Teaching & Grad School

Reading: Teaching & Grad School

During my first year of teaching, I had a student, Jack, in my sophomore English class who didn’t like reading. In a survey at the beginning of the year, he reported that he had not read any books during middle school or his freshman year of high school. The only thing he liked less than reading was doing his work. I struggled daily trying to figure out how to encourage him to do both. Fortunately, I had just finished Donalyn Miller’s The Book Whisperer the summer before, and the previous teacher had left a few books on a small shelf in my classroom, so whenever my students finished their work, or we had an independent reading time, I encouraged them to choose a book from the shelf, read it, and keep track of what they had read. At first, Jack resisted this effort, even as other students were settling in and reading their books. He would go to the shelf, pick up a book, pretend to read while holding the book upside down, or try to turn around and talk to a neighbor. The next day, he’d choose a different book. This continued for a time, until one day I noticed that Jack was holding his book upright and appeared to actually be reading. I was a little sceptical, but I decided to give him the benefit of the doubt. Then, I noticed that he was actually picking up the same book off the shelf. Not long after that, I found myself telling him, “Jack, I can’t believe I’m telling you this, but will you put the book down and complete your assignment, please?”

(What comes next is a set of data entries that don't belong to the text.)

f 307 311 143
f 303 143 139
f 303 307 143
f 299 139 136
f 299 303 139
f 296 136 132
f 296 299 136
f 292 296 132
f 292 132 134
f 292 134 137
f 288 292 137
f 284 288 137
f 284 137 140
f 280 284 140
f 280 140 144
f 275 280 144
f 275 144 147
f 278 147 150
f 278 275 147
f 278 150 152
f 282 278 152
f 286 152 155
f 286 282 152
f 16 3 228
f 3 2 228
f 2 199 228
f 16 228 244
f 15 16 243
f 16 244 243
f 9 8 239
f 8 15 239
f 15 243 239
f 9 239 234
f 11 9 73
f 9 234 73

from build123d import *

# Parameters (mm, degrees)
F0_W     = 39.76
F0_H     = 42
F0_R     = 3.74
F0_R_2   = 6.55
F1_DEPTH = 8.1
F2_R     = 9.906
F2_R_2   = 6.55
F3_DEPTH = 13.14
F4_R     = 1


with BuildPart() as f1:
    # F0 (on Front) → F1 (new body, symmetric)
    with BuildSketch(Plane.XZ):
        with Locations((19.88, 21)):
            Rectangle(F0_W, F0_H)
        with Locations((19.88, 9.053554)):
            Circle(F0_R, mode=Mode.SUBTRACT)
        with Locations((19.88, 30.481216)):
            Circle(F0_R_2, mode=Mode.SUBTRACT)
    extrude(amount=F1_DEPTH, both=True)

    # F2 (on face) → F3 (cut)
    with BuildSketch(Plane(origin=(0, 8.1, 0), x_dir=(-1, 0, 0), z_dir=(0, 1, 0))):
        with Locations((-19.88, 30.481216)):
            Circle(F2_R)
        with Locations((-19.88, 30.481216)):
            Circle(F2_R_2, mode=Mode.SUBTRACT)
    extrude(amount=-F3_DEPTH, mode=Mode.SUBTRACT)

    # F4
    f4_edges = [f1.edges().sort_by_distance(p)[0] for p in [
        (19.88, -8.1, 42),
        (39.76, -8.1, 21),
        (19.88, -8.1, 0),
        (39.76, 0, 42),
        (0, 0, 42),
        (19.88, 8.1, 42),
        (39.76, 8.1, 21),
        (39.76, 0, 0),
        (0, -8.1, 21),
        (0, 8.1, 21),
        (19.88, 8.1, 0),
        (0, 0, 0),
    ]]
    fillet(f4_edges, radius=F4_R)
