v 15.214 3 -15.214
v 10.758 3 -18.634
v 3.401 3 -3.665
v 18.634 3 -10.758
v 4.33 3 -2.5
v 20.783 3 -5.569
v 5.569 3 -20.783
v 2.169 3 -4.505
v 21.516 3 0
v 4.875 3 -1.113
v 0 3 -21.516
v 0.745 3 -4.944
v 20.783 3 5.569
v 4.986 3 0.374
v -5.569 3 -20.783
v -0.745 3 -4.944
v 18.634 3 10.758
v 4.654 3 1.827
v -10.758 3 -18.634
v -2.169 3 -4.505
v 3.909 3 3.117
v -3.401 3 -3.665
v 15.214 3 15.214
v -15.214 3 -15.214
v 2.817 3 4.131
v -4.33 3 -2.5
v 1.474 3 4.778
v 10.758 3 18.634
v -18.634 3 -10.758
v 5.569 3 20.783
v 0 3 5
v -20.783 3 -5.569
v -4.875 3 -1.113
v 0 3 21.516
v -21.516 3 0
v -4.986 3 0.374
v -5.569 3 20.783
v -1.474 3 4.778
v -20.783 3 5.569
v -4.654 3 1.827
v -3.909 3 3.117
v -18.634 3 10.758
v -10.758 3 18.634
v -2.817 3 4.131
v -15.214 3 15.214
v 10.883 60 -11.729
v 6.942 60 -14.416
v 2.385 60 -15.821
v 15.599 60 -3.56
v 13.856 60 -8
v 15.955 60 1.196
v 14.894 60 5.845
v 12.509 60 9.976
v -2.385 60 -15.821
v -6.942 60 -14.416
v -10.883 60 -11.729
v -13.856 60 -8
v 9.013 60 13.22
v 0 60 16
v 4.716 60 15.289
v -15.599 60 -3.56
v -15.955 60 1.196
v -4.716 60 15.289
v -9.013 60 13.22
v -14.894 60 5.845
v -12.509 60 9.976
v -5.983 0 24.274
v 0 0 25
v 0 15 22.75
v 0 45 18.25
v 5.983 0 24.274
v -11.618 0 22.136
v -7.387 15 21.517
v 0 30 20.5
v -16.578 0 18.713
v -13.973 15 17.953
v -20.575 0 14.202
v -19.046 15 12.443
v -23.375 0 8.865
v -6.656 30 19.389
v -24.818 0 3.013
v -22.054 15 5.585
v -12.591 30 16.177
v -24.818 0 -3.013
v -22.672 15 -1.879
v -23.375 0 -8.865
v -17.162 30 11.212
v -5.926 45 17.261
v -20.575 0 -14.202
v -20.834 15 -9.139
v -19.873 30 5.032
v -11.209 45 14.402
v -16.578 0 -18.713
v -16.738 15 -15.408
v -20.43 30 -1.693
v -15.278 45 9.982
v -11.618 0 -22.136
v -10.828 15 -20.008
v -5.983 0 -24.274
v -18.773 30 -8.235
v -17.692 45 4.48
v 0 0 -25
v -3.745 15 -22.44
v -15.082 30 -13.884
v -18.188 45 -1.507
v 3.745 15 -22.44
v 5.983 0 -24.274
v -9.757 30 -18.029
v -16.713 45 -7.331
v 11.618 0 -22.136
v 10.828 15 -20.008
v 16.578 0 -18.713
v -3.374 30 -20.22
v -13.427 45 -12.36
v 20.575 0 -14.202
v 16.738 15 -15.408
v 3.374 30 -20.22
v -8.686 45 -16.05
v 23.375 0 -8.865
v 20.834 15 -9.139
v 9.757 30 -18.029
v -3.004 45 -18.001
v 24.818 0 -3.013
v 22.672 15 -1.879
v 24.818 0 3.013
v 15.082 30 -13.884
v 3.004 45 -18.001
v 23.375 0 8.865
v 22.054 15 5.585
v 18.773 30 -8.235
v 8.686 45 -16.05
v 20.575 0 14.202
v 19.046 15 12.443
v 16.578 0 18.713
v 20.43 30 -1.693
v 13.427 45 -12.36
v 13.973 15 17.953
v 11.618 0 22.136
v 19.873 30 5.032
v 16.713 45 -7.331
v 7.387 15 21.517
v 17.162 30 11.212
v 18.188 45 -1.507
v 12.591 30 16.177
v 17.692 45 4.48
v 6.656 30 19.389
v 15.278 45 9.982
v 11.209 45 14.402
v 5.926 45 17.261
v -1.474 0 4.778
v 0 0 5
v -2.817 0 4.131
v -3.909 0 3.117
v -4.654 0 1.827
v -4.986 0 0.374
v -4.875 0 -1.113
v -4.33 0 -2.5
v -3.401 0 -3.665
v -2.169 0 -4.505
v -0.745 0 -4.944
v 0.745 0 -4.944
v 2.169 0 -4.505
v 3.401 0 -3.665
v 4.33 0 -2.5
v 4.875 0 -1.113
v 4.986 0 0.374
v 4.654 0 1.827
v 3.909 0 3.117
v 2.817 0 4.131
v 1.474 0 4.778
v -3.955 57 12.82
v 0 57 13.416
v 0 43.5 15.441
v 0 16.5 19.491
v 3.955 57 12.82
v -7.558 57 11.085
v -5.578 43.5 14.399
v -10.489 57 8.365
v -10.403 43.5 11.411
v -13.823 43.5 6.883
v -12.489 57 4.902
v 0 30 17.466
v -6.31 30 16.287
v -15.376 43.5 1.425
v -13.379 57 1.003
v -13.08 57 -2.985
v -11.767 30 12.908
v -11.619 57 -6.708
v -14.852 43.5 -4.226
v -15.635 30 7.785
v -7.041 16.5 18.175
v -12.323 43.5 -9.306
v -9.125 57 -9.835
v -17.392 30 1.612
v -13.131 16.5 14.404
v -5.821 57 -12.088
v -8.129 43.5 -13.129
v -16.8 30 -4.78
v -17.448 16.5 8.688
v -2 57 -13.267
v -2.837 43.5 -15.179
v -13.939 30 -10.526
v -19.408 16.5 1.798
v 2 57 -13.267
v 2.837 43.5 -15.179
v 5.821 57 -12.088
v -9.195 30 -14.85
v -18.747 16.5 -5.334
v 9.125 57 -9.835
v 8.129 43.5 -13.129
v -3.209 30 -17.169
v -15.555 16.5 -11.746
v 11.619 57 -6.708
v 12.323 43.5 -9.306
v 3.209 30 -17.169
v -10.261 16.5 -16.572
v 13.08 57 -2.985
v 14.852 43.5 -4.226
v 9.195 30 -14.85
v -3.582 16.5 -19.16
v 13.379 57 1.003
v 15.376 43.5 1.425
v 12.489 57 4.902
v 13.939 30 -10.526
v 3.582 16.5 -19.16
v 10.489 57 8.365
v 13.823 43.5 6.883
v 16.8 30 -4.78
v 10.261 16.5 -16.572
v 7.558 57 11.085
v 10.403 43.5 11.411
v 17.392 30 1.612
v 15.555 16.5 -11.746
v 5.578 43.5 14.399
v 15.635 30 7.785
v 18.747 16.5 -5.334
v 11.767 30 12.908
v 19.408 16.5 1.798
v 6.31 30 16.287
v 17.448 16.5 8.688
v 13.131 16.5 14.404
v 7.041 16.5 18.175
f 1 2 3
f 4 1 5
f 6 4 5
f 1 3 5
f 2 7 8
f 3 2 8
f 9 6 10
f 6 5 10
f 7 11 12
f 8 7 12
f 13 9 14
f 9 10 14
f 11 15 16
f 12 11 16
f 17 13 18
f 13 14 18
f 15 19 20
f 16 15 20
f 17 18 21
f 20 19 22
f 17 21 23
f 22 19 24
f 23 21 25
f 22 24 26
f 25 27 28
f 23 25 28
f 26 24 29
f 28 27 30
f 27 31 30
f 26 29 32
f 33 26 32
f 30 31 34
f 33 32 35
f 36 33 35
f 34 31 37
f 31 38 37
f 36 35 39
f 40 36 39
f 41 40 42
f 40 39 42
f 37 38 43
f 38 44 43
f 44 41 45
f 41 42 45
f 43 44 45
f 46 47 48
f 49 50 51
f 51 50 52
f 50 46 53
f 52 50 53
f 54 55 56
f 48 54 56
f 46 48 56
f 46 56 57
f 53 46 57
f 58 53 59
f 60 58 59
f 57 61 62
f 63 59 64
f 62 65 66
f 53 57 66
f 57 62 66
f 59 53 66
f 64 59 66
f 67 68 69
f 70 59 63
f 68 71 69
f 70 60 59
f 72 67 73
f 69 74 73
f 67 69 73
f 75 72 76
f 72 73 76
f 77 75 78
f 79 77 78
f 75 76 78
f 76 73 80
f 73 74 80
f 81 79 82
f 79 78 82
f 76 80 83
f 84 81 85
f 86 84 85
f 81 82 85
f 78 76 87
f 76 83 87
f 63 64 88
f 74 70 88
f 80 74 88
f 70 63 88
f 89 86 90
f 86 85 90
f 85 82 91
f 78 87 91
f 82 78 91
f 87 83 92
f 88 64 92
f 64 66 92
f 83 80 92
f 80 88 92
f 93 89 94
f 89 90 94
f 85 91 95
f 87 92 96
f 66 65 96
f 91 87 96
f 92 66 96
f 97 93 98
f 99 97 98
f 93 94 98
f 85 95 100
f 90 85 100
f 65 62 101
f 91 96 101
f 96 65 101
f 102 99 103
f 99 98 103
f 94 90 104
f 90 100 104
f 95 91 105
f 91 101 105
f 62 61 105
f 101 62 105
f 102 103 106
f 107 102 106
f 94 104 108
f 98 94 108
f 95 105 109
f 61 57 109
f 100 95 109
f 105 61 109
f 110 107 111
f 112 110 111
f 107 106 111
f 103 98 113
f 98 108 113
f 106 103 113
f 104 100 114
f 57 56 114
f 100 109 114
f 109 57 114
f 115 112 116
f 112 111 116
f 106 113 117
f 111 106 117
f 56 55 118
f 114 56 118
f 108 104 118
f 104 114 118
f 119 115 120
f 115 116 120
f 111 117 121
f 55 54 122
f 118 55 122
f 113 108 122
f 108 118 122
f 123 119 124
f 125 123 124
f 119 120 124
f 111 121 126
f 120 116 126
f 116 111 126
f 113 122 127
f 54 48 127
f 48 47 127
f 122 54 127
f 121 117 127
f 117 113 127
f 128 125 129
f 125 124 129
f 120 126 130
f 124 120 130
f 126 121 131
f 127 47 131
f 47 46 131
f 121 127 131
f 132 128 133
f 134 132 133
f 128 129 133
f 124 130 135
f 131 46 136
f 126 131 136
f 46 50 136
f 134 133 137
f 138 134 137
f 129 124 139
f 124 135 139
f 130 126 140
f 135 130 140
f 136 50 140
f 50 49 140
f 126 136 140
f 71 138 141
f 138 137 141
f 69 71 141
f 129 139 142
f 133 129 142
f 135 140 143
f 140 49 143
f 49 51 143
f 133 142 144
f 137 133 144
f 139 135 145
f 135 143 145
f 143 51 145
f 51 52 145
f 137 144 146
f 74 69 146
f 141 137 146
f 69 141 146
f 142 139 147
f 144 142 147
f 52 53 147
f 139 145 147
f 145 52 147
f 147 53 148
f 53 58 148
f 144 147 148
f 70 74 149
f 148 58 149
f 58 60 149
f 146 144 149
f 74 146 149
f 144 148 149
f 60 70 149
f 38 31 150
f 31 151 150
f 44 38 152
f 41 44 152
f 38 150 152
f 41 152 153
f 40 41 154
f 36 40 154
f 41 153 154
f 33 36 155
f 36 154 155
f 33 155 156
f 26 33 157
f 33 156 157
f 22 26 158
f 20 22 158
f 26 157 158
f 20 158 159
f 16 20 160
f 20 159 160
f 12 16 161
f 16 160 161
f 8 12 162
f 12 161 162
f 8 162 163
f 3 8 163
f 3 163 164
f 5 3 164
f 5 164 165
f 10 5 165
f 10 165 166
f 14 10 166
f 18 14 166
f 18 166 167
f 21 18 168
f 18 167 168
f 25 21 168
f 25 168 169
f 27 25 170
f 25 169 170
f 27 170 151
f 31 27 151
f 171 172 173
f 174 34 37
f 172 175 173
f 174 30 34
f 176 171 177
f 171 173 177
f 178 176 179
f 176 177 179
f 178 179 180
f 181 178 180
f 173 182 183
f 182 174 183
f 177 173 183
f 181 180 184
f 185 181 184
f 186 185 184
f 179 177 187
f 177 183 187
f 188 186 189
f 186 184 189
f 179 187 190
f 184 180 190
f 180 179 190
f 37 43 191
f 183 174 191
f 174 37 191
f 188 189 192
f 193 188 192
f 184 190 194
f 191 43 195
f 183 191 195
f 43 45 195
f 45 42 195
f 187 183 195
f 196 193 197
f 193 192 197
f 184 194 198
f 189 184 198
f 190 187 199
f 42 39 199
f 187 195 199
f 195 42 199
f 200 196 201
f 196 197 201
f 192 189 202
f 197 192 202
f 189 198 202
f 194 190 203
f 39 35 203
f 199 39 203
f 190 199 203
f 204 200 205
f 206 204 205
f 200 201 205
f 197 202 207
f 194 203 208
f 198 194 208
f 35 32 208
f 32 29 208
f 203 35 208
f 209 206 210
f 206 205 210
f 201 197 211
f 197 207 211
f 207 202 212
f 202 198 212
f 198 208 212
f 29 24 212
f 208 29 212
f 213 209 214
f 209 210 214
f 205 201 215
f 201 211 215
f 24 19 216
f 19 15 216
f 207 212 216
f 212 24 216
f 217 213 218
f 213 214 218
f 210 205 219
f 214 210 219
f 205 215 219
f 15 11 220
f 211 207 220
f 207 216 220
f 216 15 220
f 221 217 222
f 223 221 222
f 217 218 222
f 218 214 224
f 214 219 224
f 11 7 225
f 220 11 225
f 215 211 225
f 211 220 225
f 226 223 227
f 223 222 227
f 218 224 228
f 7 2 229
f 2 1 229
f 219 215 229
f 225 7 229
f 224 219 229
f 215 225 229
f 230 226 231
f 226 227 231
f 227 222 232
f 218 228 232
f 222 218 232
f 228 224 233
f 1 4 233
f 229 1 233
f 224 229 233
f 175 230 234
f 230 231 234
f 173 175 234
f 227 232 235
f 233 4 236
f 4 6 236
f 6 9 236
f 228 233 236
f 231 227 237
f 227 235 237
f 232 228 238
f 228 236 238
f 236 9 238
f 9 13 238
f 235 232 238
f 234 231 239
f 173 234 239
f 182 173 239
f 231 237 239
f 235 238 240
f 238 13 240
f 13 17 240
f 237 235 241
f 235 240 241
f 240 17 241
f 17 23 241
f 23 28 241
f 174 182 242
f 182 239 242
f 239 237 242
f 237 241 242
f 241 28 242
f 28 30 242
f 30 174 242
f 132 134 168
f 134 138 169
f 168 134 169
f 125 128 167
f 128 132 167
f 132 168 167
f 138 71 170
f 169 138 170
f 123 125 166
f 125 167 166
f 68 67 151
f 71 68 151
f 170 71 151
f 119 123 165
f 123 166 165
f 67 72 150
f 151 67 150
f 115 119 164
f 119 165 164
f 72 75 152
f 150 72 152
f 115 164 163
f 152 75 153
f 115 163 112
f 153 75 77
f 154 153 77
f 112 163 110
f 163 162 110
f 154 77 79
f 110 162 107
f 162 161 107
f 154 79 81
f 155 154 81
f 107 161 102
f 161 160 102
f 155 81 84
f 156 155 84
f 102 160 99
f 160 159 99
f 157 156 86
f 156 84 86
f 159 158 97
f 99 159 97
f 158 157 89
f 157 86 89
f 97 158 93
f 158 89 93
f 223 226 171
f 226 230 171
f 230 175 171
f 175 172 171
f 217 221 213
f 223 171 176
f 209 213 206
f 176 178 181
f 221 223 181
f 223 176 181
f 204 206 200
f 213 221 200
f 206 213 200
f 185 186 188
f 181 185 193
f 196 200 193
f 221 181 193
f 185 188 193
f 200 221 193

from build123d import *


with BuildPart() as part:
    # 草图2 → 旋转2 (revolve)
    with BuildSketch(Plane(origin=(0, 0, 0), x_dir=(0, 0, -1), z_dir=(1, 0, 0)), mode=Mode.PRIVATE) as revolve_2_sk:
        Polygon((0, 60), (0, 57), (3, 57), (13.416437738, 57), (21.516437738, 3), (21.966437738, 0), (25, 0), (16, 60), align=None)
        Polygon((5, 3), (5, 0), (21.966437738, 0), (21.516437738, 3), align=None)
    revolve(revolve_2_sk.sketch.rotate(Axis((0, 60, 0), (0, -1, 0)), 180), axis=Axis((0, 60, 0), (0, -1, 0)))


solid = part.part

During the next parent-teacher conference, his mother said that Jack historically didn’t like to read, preferring instead to being outside. She enjoyed reading, and tried to encourage him, but this did not work. Then, one day after he’d been in my class for a few months, she noticed him sitting nearby in a recliner with a book open in his lap. She asked him what he was doing, and he replied that he was reading. She couldn’t believe it.

At the end of the class that year, Jack reported that he had read seven books. That’s a 700% improvement over what he’d read the previous three years!

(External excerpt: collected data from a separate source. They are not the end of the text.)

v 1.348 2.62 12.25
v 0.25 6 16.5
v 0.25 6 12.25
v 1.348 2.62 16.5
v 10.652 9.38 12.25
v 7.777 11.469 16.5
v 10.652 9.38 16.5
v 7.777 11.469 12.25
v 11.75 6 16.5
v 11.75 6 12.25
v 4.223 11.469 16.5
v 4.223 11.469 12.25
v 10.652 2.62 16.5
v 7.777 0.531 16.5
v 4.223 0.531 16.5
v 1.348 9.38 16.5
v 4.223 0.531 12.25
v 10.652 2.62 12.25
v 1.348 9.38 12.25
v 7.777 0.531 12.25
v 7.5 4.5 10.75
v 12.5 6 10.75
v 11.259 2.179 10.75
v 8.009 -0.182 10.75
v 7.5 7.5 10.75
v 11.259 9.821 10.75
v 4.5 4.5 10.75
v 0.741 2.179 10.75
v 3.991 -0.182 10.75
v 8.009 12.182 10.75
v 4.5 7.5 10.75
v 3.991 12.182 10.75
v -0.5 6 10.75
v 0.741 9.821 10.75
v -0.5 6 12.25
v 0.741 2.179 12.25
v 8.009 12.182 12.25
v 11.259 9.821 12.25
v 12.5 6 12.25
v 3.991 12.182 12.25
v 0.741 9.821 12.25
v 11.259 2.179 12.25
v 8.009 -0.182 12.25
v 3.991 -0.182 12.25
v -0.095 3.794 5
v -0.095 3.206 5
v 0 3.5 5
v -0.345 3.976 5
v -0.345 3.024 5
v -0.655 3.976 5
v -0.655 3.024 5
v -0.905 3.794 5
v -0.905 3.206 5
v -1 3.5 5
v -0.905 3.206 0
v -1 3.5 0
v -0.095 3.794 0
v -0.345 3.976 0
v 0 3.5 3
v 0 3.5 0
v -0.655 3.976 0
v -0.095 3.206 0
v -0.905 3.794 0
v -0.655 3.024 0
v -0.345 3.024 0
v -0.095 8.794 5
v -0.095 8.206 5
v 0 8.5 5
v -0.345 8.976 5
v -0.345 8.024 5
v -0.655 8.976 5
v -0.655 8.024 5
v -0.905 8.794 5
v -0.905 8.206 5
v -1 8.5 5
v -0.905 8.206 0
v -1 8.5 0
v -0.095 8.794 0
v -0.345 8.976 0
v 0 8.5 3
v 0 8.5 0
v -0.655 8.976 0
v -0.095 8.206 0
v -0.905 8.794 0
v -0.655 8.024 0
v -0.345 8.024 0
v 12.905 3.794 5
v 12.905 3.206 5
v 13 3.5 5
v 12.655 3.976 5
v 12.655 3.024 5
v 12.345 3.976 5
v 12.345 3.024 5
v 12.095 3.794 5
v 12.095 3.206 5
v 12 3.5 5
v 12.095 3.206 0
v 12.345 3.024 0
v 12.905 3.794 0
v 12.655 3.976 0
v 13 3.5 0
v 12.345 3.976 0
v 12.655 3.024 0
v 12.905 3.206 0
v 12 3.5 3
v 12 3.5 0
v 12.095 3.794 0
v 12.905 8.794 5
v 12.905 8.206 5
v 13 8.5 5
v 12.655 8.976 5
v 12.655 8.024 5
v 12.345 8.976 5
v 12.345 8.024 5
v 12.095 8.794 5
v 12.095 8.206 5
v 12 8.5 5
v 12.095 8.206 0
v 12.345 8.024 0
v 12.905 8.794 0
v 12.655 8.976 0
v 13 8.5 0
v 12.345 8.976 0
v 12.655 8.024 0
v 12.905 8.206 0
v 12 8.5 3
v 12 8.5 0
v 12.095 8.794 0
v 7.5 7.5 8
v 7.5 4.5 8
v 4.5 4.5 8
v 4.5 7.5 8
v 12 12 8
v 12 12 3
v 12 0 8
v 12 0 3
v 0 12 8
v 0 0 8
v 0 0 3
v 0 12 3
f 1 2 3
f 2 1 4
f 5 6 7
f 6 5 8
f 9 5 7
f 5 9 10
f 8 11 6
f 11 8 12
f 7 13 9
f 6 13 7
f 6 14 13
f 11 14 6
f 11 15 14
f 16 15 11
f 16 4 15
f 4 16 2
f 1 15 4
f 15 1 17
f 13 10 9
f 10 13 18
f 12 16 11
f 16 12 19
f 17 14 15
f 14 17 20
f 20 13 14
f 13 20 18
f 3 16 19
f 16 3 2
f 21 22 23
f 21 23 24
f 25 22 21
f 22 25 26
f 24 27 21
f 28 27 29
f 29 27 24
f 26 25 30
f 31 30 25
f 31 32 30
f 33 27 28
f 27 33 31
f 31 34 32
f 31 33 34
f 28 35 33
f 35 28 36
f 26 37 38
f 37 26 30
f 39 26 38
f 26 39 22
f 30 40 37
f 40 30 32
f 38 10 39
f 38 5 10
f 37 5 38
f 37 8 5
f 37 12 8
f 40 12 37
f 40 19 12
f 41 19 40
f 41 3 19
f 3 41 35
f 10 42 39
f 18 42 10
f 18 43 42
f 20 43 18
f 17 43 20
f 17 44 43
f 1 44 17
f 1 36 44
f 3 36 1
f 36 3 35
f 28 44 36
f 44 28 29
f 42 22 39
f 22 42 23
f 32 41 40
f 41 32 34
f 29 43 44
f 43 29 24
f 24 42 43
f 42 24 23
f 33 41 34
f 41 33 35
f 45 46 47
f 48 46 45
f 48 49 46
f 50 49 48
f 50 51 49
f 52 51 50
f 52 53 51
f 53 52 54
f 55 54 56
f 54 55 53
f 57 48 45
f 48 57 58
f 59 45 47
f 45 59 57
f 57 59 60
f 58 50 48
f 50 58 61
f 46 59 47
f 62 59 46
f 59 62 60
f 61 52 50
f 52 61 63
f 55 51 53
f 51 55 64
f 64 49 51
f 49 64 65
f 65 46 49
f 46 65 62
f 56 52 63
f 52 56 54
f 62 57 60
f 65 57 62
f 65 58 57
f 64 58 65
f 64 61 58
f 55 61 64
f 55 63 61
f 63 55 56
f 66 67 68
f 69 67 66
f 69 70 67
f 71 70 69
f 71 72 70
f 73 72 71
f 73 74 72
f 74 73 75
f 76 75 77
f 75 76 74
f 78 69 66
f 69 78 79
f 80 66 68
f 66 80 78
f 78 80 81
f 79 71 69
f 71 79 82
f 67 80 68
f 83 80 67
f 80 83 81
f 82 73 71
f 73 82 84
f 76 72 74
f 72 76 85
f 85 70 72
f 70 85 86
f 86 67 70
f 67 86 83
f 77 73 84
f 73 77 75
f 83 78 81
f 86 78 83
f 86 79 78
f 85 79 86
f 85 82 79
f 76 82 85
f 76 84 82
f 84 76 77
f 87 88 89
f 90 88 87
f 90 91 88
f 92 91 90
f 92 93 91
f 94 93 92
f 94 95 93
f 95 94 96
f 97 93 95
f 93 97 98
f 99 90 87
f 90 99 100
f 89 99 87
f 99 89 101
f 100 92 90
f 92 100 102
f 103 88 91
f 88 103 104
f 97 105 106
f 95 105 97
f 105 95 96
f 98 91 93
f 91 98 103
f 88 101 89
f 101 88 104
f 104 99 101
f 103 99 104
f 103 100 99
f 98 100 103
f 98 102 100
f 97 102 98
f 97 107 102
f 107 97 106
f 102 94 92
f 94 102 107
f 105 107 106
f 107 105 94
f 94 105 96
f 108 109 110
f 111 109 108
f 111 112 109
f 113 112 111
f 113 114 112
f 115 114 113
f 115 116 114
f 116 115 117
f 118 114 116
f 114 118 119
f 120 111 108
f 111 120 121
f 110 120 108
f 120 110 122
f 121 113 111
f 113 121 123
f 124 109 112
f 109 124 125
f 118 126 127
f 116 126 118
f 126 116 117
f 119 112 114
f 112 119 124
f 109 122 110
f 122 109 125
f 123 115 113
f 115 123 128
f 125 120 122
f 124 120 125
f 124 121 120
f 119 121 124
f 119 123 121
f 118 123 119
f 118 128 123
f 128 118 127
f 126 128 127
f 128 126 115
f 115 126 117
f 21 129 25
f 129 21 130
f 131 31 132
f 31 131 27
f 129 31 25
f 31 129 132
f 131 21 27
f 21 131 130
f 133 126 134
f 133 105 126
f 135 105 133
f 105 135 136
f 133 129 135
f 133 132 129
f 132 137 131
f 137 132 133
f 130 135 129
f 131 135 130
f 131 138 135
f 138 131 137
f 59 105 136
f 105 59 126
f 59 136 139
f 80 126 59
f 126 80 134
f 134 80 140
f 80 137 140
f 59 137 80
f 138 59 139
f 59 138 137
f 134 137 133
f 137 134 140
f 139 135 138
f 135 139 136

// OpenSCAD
$fn=10;

button();

module button() {
	overall_width=12;
	overall_thickness=16.5;

	cap();
	neck();
	base();
	legs();

	module cap() {
		cap_d1=11.5;
		cap_d2=13;
		cap_height1=5.75;
		cap_height2=1.5;

		translate([overall_width/2,overall_width/2,overall_thickness-cap_height1])
		union() {
			cylinder(d=cap_d1, h=cap_height1);
			cylinder(d=cap_d2, h=cap_height2);
		}
	}

	module neck() {
		width=3;
		translate([overall_width/2-width/2,overall_width/2-width/2,5])
		cube([width,width,overall_thickness-5]);
	}

	module base() {
		thickness=5;
		translate([0,0,3])
		cube([overall_width,overall_width,thickness]);
	}

	module legs() {
		thickness=3;
		translate([-0.5,3.5,0])
		cylinder(d=1, h=thickness+2);
		translate([-0.5,overall_width-3.5,0])
		cylinder(d=1, h=thickness+2);

		translate([overall_width+0.5,3.5,0])
		cylinder(d=1, h=thickness+2);
		translate([overall_width+0.5,overall_width-3.5,0])
		cylinder(d=1, h=thickness+2);
	}
}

I was hooked. Since then, I encourage independent reading in all of my classes, and have had numerous students tell me that they either enjoy having time to read, have discovered (or rediscovered!) a love of reading, or have improved their ability to read. Personally, I continue to read whatever I love, including mysteries and thrillers such as Hit Man by Lawrence Block which features an unconventional protagonist or William Bernhardt’s Ben Kincaid series, which begins with Primary Justice, and features a rather timid protagonist who nevertheless saves the day as a somewhat hapless, yet lovable, lawyer (who, incidentally, relies on a streetwise yet quirky young woman who as his legal assistant helps him solve his cases).

While I’m still an introvert, still love burying myself in a good book, I am much more capable of expressing myself and using my newfound “power” to encourage other people to learn about themselves and others through reading and writing.